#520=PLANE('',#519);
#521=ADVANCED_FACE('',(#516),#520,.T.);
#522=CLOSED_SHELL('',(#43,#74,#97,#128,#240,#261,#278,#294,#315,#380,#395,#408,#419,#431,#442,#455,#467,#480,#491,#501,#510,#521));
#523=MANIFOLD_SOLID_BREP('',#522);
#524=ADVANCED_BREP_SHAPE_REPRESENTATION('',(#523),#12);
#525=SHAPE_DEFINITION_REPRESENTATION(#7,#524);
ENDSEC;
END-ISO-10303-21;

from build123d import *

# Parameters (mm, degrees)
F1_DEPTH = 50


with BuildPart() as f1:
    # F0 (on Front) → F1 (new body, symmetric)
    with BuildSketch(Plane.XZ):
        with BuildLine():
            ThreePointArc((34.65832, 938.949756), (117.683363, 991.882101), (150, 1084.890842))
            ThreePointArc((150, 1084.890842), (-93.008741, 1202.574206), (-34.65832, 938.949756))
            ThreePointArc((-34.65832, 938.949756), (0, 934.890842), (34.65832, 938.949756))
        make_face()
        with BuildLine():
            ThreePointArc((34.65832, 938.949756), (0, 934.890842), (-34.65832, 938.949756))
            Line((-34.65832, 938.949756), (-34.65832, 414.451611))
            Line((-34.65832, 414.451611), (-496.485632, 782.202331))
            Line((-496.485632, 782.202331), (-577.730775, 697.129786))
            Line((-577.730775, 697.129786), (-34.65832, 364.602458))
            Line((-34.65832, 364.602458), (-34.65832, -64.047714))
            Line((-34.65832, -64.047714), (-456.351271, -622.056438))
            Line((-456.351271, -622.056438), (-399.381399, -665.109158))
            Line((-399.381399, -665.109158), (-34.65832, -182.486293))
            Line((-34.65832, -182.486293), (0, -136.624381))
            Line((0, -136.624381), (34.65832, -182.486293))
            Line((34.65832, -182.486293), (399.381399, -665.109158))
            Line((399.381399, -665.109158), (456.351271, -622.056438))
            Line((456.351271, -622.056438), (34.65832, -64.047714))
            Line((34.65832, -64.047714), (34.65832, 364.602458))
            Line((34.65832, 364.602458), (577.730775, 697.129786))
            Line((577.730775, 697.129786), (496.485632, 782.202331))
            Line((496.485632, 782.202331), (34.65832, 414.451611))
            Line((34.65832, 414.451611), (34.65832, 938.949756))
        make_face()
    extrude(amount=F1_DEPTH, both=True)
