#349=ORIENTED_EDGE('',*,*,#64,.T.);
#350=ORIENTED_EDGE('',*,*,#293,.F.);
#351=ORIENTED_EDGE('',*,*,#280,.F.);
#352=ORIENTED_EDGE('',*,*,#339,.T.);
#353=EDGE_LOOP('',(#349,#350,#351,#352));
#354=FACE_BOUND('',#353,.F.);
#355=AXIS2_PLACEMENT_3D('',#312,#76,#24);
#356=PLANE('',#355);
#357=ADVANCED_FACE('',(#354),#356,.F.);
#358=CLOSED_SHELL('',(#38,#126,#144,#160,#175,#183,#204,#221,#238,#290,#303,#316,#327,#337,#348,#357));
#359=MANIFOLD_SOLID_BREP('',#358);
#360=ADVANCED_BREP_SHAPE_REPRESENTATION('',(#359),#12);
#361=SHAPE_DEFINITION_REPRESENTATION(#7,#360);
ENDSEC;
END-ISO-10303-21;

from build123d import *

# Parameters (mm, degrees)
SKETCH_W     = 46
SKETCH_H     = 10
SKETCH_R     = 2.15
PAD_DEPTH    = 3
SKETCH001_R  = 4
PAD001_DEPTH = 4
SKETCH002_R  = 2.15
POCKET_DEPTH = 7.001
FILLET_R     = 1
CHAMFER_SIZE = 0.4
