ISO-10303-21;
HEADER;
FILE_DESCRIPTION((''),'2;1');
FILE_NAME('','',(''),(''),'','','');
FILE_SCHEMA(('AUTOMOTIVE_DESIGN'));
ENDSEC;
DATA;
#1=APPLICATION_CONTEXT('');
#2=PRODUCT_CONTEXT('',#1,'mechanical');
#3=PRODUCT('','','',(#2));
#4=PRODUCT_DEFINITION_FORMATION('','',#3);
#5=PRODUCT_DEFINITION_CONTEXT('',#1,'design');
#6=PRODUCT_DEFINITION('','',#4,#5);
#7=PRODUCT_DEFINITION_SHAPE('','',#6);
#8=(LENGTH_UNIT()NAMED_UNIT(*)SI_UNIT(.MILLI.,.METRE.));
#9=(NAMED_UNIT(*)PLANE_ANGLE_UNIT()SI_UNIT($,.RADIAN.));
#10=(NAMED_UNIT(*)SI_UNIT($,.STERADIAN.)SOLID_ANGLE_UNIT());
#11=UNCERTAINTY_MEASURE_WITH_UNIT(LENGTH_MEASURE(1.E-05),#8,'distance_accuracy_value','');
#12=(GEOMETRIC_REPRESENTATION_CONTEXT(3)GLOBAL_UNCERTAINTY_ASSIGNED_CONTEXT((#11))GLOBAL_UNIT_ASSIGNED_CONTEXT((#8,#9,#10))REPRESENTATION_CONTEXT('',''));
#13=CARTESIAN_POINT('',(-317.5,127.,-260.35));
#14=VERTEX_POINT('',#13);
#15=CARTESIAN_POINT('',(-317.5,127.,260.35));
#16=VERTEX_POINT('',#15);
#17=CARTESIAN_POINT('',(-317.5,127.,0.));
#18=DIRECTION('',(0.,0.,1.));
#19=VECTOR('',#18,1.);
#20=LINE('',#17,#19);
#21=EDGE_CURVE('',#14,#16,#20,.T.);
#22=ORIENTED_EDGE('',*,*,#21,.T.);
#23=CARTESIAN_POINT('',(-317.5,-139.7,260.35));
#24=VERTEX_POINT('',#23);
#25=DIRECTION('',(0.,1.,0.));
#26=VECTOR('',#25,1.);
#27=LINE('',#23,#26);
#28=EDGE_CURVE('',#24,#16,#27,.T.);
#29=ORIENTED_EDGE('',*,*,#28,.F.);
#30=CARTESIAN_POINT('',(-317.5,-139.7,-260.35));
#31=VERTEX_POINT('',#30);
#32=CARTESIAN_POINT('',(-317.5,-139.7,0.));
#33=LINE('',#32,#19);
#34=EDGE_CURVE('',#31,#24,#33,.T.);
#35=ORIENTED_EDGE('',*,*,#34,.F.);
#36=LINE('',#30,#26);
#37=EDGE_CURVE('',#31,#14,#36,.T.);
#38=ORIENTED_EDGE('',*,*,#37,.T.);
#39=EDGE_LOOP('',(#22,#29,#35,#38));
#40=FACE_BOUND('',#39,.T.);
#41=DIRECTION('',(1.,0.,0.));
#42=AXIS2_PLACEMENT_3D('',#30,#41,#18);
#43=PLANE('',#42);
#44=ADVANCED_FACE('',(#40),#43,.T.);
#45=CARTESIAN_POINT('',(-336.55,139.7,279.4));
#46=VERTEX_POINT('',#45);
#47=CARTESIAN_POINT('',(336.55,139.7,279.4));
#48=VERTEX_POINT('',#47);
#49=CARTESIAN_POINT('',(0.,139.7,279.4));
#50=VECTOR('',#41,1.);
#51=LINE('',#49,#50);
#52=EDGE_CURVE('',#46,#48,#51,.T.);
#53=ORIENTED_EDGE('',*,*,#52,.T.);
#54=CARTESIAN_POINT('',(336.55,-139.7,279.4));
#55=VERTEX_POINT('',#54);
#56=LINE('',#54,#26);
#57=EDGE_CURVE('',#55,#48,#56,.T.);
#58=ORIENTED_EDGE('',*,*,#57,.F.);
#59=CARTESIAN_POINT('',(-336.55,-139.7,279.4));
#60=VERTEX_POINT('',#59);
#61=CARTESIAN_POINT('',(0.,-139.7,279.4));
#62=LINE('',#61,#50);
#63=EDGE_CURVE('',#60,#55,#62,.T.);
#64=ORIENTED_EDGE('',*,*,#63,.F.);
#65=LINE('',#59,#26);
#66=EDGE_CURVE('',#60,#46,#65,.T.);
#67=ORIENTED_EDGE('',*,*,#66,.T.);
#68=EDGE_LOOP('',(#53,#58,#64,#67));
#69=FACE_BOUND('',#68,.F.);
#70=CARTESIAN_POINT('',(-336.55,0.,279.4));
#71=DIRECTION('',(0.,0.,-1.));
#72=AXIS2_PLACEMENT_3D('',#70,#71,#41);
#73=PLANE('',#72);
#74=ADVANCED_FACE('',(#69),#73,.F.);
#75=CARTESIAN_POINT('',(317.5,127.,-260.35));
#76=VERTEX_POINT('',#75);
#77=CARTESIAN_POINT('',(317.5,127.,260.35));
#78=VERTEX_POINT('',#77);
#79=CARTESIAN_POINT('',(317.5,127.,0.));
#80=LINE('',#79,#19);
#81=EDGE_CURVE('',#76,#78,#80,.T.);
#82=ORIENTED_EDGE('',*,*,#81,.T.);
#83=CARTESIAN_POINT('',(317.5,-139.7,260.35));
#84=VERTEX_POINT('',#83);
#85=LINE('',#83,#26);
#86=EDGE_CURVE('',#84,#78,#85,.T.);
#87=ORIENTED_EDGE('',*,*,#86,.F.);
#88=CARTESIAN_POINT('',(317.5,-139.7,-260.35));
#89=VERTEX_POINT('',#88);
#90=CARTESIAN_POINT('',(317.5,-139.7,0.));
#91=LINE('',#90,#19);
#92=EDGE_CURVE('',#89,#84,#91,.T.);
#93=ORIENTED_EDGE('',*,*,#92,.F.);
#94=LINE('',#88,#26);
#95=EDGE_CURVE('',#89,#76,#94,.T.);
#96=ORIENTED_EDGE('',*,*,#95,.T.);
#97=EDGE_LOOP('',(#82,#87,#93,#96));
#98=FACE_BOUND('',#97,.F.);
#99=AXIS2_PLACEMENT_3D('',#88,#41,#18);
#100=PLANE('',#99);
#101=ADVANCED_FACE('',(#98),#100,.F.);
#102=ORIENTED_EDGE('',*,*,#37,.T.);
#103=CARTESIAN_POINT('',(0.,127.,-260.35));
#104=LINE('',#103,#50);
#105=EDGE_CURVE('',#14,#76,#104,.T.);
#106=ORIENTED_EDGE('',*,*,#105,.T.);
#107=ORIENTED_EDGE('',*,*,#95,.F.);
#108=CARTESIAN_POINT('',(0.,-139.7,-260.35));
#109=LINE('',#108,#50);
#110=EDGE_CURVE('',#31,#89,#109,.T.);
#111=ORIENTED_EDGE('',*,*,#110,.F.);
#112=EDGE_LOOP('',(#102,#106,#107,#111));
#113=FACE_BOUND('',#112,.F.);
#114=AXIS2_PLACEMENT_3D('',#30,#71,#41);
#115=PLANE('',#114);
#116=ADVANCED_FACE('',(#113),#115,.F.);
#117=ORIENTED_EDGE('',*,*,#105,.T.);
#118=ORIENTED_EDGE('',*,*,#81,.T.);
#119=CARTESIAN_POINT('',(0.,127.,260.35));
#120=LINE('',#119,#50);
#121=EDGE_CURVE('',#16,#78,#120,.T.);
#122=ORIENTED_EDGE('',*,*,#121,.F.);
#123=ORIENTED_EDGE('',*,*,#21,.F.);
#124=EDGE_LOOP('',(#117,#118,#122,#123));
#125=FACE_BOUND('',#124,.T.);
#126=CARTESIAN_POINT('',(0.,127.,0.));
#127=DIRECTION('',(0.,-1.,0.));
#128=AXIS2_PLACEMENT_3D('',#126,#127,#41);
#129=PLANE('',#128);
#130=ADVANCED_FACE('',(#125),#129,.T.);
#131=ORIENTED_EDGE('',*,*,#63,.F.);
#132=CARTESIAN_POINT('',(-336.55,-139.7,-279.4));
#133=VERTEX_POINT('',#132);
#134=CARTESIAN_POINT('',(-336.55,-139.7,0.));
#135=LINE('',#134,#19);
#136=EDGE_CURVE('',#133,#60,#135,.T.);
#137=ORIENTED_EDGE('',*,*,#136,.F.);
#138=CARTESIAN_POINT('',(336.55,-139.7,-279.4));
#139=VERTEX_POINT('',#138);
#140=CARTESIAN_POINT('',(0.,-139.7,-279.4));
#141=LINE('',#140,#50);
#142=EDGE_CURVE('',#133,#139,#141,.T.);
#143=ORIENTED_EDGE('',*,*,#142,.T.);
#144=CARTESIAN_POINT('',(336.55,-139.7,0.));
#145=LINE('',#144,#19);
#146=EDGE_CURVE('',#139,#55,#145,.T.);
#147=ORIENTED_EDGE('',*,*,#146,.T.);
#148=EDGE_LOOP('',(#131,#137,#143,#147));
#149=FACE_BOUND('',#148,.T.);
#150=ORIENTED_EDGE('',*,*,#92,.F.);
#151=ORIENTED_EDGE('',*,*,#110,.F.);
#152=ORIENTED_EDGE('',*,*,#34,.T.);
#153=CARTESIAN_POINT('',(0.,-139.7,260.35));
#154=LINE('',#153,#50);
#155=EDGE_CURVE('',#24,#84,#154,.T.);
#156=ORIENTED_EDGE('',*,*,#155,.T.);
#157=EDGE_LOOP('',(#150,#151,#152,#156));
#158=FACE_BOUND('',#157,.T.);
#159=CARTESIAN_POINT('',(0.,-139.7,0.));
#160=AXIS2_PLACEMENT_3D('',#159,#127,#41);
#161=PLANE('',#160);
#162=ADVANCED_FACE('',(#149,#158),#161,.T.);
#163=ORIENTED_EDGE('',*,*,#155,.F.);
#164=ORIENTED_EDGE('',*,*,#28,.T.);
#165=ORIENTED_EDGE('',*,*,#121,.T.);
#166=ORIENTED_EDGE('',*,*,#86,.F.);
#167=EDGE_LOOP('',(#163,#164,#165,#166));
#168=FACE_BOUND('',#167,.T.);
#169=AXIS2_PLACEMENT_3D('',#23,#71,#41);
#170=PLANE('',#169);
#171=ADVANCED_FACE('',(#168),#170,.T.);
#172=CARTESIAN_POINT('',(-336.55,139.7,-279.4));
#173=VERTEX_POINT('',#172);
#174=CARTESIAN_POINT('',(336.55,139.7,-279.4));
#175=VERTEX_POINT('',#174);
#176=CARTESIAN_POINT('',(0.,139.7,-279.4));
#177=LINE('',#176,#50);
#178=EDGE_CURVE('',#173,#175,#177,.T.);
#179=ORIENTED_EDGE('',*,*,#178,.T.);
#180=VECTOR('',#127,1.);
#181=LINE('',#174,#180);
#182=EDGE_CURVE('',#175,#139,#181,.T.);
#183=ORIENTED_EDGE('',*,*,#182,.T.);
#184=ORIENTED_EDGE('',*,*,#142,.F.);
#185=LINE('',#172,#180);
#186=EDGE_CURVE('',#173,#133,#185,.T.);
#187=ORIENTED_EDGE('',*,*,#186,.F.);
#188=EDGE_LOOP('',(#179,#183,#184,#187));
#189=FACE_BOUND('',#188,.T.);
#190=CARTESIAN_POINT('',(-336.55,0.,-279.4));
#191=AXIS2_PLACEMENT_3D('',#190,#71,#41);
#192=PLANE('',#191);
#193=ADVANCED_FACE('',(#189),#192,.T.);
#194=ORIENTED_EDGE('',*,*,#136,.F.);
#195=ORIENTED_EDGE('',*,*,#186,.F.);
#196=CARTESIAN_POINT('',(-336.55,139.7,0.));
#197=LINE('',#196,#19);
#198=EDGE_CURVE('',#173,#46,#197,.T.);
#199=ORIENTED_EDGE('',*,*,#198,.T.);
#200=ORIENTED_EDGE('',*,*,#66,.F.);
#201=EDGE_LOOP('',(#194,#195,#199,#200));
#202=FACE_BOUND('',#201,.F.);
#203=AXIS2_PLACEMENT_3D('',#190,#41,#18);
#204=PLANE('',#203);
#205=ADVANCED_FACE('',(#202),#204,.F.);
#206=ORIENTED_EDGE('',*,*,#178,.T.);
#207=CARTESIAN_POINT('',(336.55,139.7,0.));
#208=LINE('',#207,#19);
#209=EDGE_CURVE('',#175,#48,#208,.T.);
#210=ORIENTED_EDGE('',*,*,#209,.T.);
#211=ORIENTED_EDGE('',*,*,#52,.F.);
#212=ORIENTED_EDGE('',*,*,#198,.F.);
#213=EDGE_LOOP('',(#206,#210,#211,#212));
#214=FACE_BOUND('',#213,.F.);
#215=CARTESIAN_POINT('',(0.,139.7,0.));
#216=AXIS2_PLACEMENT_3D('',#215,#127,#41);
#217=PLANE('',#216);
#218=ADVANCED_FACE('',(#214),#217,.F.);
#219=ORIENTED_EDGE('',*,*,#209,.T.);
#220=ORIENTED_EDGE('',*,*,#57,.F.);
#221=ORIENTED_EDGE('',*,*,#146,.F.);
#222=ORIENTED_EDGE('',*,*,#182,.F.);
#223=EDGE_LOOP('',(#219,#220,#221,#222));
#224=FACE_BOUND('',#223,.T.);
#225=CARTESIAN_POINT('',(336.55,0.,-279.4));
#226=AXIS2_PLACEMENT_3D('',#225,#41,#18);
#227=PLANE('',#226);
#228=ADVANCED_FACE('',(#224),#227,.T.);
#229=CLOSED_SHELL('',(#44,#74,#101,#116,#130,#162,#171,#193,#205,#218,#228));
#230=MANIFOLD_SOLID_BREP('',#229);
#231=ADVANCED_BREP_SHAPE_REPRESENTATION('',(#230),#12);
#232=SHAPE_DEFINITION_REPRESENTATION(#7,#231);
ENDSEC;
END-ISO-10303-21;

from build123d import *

# Parameters (mm, degrees)
F0_W     = 673.1
F0_H     = 558.8
F1_DEPTH = 139.7
F2_W     = 635
F2_H     = 520.7
F3_DEPTH = 266.7


with BuildPart() as f1:
    # F0 (on Front) → F1 (new body, symmetric)
    with BuildSketch(Plane.XZ):
        Rectangle(F0_W, F0_H)
    extrude(amount=F1_DEPTH, both=True)

    # F2 (on face) → F3 (cut)
    with BuildSketch(Plane.XZ.offset(139.7)):
        Rectangle(F2_W, F2_H)
    extrude(amount=-F3_DEPTH, mode=Mode.SUBTRACT)


solid = f1.part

┄┄┄┄┄┄┄┄┄┄

Copy all the lines from the data above that hold the word "DIRECTION".

-- Task answer --
#18=DIRECTION('',(0.,0.,1.));
#25=DIRECTION('',(0.,1.,0.));
#41=DIRECTION('',(1.,0.,0.));
#71=DIRECTION('',(0.,0.,-1.));
#127=DIRECTION('',(0.,-1.,0.));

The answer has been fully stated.